# Work request:
Among the entries below, extract exactly the lines that run from the one with "v14 (349.25,0,-127)" through the one with "face PLANE(AX(P(228.6,0,-127),D(0,-1,0),D(1,0,0))) rev", both ends included.

[Stored data]

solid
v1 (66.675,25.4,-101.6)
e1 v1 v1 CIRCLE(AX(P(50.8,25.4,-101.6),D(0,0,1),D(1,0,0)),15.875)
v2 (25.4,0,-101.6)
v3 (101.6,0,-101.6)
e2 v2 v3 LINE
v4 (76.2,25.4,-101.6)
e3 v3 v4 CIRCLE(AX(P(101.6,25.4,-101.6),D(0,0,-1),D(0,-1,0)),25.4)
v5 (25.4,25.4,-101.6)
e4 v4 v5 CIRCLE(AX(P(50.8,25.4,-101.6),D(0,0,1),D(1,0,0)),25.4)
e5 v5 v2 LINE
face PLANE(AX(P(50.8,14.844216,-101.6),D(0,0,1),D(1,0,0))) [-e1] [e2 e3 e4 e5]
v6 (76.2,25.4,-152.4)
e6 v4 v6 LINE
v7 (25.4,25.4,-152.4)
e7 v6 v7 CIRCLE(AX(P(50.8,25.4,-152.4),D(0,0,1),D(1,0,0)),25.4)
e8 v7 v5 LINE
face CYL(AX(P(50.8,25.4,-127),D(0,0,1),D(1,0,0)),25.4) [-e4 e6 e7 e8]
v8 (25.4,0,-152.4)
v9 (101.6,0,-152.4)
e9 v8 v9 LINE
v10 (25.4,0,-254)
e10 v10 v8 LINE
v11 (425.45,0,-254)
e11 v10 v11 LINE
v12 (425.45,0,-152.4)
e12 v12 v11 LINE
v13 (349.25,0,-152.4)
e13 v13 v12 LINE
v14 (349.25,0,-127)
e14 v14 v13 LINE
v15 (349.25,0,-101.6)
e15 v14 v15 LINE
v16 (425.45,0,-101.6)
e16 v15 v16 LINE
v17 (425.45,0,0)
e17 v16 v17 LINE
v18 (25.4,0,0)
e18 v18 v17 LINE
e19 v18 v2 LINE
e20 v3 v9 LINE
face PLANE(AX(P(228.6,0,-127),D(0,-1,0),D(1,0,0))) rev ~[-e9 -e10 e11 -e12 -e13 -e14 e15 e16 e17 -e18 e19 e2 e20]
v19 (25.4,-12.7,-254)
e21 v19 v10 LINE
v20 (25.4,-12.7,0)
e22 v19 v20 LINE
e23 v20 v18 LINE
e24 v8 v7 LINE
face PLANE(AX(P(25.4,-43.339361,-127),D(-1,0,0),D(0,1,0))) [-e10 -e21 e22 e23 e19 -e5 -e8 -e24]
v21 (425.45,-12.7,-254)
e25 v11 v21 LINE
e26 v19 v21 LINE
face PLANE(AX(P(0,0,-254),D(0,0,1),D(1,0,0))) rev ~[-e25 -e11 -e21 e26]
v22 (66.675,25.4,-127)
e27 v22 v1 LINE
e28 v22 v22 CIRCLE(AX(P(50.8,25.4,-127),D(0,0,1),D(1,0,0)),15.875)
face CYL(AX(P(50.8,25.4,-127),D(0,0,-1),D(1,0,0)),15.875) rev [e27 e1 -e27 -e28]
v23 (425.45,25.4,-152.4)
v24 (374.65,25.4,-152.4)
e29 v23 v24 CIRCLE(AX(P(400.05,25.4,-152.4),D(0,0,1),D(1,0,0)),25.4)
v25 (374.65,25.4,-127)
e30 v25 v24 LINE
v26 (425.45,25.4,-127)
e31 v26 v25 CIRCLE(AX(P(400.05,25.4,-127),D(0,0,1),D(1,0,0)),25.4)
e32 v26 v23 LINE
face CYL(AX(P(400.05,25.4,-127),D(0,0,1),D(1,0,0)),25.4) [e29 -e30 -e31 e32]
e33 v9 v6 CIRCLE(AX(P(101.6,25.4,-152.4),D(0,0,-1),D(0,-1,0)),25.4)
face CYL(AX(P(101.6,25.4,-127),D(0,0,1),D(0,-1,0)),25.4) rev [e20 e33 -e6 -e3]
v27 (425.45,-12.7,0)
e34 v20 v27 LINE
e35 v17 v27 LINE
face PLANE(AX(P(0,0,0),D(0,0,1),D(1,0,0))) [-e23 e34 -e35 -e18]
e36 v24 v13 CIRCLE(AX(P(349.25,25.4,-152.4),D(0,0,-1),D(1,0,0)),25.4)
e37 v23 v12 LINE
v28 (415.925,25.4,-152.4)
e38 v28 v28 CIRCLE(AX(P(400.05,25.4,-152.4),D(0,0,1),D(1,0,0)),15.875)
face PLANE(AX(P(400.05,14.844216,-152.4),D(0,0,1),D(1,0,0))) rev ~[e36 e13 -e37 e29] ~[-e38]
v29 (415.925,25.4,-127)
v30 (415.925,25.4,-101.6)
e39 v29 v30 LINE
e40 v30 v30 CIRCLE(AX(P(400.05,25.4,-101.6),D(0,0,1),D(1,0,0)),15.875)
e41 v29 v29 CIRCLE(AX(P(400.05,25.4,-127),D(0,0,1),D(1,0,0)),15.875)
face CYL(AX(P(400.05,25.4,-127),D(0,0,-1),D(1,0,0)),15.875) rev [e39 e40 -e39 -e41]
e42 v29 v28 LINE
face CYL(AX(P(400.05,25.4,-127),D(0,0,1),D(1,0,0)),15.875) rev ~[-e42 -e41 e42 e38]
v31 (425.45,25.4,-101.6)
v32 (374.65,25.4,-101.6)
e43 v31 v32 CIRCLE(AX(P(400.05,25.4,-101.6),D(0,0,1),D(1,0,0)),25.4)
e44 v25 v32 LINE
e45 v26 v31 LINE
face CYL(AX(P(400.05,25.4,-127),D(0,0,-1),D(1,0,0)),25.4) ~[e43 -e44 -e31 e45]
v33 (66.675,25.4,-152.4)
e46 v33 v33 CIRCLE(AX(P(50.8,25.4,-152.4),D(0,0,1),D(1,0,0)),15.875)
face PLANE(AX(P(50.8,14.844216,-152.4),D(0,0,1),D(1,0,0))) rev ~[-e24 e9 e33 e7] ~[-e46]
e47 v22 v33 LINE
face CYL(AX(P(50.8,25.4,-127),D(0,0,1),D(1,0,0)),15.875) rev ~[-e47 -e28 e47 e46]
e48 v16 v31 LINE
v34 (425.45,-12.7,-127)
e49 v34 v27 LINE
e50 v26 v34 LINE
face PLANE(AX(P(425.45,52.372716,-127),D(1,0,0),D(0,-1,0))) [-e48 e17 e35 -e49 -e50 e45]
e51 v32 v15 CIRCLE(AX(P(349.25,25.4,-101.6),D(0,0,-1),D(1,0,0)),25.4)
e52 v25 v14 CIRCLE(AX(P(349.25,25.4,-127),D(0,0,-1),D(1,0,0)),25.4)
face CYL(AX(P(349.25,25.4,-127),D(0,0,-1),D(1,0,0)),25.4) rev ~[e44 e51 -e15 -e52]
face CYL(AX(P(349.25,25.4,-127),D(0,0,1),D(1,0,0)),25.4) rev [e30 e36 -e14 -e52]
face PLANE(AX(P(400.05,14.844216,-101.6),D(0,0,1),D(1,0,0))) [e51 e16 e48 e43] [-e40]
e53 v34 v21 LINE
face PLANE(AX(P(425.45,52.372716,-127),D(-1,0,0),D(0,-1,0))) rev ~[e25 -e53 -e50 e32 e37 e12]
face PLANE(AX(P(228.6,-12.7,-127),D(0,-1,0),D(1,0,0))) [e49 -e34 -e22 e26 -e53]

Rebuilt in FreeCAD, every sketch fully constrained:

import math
import FreeCAD as App
import Part
import Sketcher
from FreeCAD import Vector
Q = App.Units.Quantity


def add_polygon(sketch, points):
    """Adds a closed chain of lines whose ends are joined by coincident constraints."""
    first, n = sketch.GeometryCount, len(points)
    for a, b in zip(points, points[1:] + points[:1]):
        sketch.addGeometry(Part.LineSegment(App.Vector(*a, 0), App.Vector(*b, 0)), False)
    for i in range(n):
        sketch.addConstraint(Sketcher.Constraint("Coincident", first + i, 2, first + (i + 1) % n, 1))

doc = App.newDocument("Part")
params = doc.addObject("Spreadsheet::Sheet", "Params")
for row, (alias, value) in enumerate([
    ("sketch1_width", "18 in"),
    ("sketch1_height", "10 in"),
    ("pad1_length", "0.5 in"),
    ("sketch2_radius", "1 in"),
    ("sketch2_diameter", "1.25 in"),
    ("pad2_length", "1 in"),
    ("pad2_length2", "1 in"),
], start=1):
    params.set(f"A{row}", alias)
    params.set(f"B{row}", "=" + value)
    params.setAlias(f"B{row}", alias)

body = doc.addObject("PartDesign::Body", "Body")

sketch1 = doc.addObject("Sketcher::SketchObject", "Sketch")
body.addObject(sketch1)
sketch1.AttachmentSupport = (doc.XZ_Plane, [""])
sketch1.MapMode = "FlatFace"
add_polygon(sketch1, [(0, 0), (0, -254), (457.2, -254), (457.2, 0)])
sketch1.addConstraint([
    Sketcher.Constraint("Vertical", 0),
    Sketcher.Constraint("Horizontal", 1),
    Sketcher.Constraint("Vertical", 2),
    Sketcher.Constraint("Horizontal", 3),
    Sketcher.Constraint("Coincident", 3, 2, -1, 1),
    Sketcher.Constraint("DistanceX", 1, 1, 1, 2, Q("18 in")),
    Sketcher.Constraint("DistanceY", 0, 2, 0, 1, Q("10 in")),
])
sketch1.setExpression("Constraints[9]", "Params.sketch1_width")
sketch1.setExpression("Constraints[10]", "Params.sketch1_height")
pad1 = doc.addObject("PartDesign::Pad", "Pad")
body.addObject(pad1)
pad1.Profile = sketch1
pad1.setExpression("Length", "Params.pad1_length")

sketch2 = doc.addObject("Sketcher::SketchObject", "Sketch001")
body.addObject(sketch2)
sketch2.AttachmentSupport = (doc.XY_Plane, [""])
sketch2.MapMode = "FlatFace"
sketch2.AttachmentOffset = App.Placement(Vector(0, 0, -5 * 25.4), App.Rotation())
sketch2.addGeometry([
    Part.ArcOfCircle(Part.Circle(Vector(0, 25.4, 0), Vector(0, 0, 1), 25.4), math.radians(-90), math.radians(0)),
    Part.LineSegment(Vector(0, 0, 0), Vector(101.6, 0, 0)),
    Part.ArcOfCircle(Part.Circle(Vector(101.6, 25.4, 0), Vector(0, 0, 1), 25.4), math.radians(180), math.radians(270)),
    Part.ArcOfCircle(Part.Circle(Vector(50.8, 25.4, 0), Vector(0, 0, 1), 25.4), math.radians(0), math.radians(180)),
    Part.Circle(Vector(50.8, 25.4, 0), Vector(0, 0, 1), 15.875),
    Part.ArcOfCircle(Part.Circle(Vector(450.85, 25.4, 0), Vector(0, 0, 1), 25.4), math.radians(180), math.radians(270)),
    Part.ArcOfCircle(Part.Circle(Vector(400.05, 25.4, 0), Vector(0, 0, 1), 25.4), math.radians(0), math.radians(180)),
    Part.ArcOfCircle(Part.Circle(Vector(349.25, 25.4, 0), Vector(0, 0, 1), 25.4), math.radians(-90), math.radians(0)),
    Part.LineSegment(Vector(349.25, 0, 0), Vector(450.85, 0, 0)),
    Part.Circle(Vector(400.05, 25.4, 0), Vector(0, 0, 1), 15.875),
], False)
sketch2.addConstraint([
    Sketcher.Constraint("Tangent", 0, 1, 1, 1),
    Sketcher.Constraint("Tangent", 1, 2, 2, 2),
    Sketcher.Constraint("Tangent", 2, 1, 3, 1),
    Sketcher.Constraint("Tangent", 3, 2, 0, 2),
    Sketcher.Constraint("Tangent", 5, 1, 6, 1),
    Sketcher.Constraint("Tangent", 6, 2, 7, 2),
    Sketcher.Constraint("Tangent", 7, 1, 8, 1),
    Sketcher.Constraint("Tangent", 8, 2, 5, 2),
    Sketcher.Constraint("Horizontal", 1),
    Sketcher.Constraint("Horizontal", 8),
    Sketcher.Constraint("Coincident", 0, 1, -1, 1),
    Sketcher.Constraint("Coincident", 4, 3, 3, 3),
    Sketcher.Constraint("Coincident", 9, 3, 6, 3),
    Sketcher.Constraint("Equal", 0, 2),
    Sketcher.Constraint("Equal", 2, 3),
    Sketcher.Constraint("Equal", 3, 5),
    Sketcher.Constraint("Equal", 5, 6),
    Sketcher.Constraint("Equal", 6, 7),
    Sketcher.Constraint("Equal", 4, 9),
    Sketcher.Constraint("PointOnObject", 7, 1, -1),
    Sketcher.Constraint("Horizontal", 2, 3, 3, 3),
    Sketcher.Constraint("Horizontal", 5, 3, 6, 3),
    Sketcher.Constraint("Radius", 0, Q("1 in")),
    Sketcher.Constraint("Diameter", 4, Q("1.25 in")),
    Sketcher.Constraint("DistanceX", -1, 1, 5, 3, Q("17.75 in")),
])
sketch2.setExpression("Constraints[22]", "Params.sketch2_radius")
sketch2.setExpression("Constraints[23]", "Params.sketch2_diameter")
pad2 = doc.addObject("PartDesign::Pad", "Pad001")
body.addObject(pad2)
pad2.Profile = sketch2
pad2.Type = "TwoLengths"
pad2.setExpression("Length", "Params.pad2_length")
pad2.setExpression("Length2", "Params.pad2_length2")

sketch3 = doc.addObject("Sketcher::SketchObject", "Sketch002")
body.addObject(sketch3)
sketch3.AttachmentSupport = (doc.XY_Plane, [""])
sketch3.MapMode = "FlatFace"
sketch3.AttachmentOffset = App.Placement(Vector(0, 0, -5 * 25.4), App.Rotation())
add_polygon(sketch3, [(25.4, -43.339361), (25.4, 52.372716), (-28.903352, 52.372716), (-28.903352, -43.339361)])
add_polygon(sketch3, [(425.45, 52.372716), (425.45, -43.339361), (479.753352, -43.339361), (479.753352, 52.372716)])
sketch3.addConstraint([
    Sketcher.Constraint("Vertical", 0),
    Sketcher.Constraint("Horizontal", 1),
    Sketcher.Constraint("Vertical", 2),
    Sketcher.Constraint("Horizontal", 3),
    Sketcher.Constraint("Vertical", 4),
    Sketcher.Constraint("Horizontal", 5),
    Sketcher.Constraint("Vertical", 6),
    Sketcher.Constraint("Horizontal", 7),
    Sketcher.Constraint("Horizontal", 3, 2, 4, 2),
    Sketcher.Constraint("Horizontal", 1, 2, 6, 2),
    Sketcher.Constraint("Equal", 3, 5),
    Sketcher.Constraint("DistanceX", -1, 1, 0, 2, Q("1 in")),
    Sketcher.Constraint("DistanceX", -1, 1, 4, 2, Q("16.75 in")),
    Sketcher.Constraint("DistanceX", 1, 2, 1, 1, Q("54.303352 mm")),
    Sketcher.Constraint("DistanceY", 0, 1, 0, 2, Q("95.712077 mm")),
    Sketcher.Constraint("DistanceY", 2, 2, -1, 1, Q("43.339361 mm")),
])
pocket1 = doc.addObject("PartDesign::Pocket", "Pocket")
body.addObject(pocket1)
pocket1.Profile = sketch3
pocket1.Type = "ThroughAll"
pocket1.Midplane = True

doc.recompute()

# Response to this exercise:
v14 (349.25,0,-127)
e14 v14 v13 LINE
v15 (349.25,0,-101.6)
e15 v14 v15 LINE
v16 (425.45,0,-101.6)
e16 v15 v16 LINE
v17 (425.45,0,0)
e17 v16 v17 LINE
v18 (25.4,0,0)
e18 v18 v17 LINE
e19 v18 v2 LINE
e20 v3 v9 LINE
face PLANE(AX(P(228.6,0,-127),D(0,-1,0),D(1,0,0))) rev ~[-e9 -e10 e11 -e12 -e13 -e14 e15 e16 e17 -e18 e19 e2 e20]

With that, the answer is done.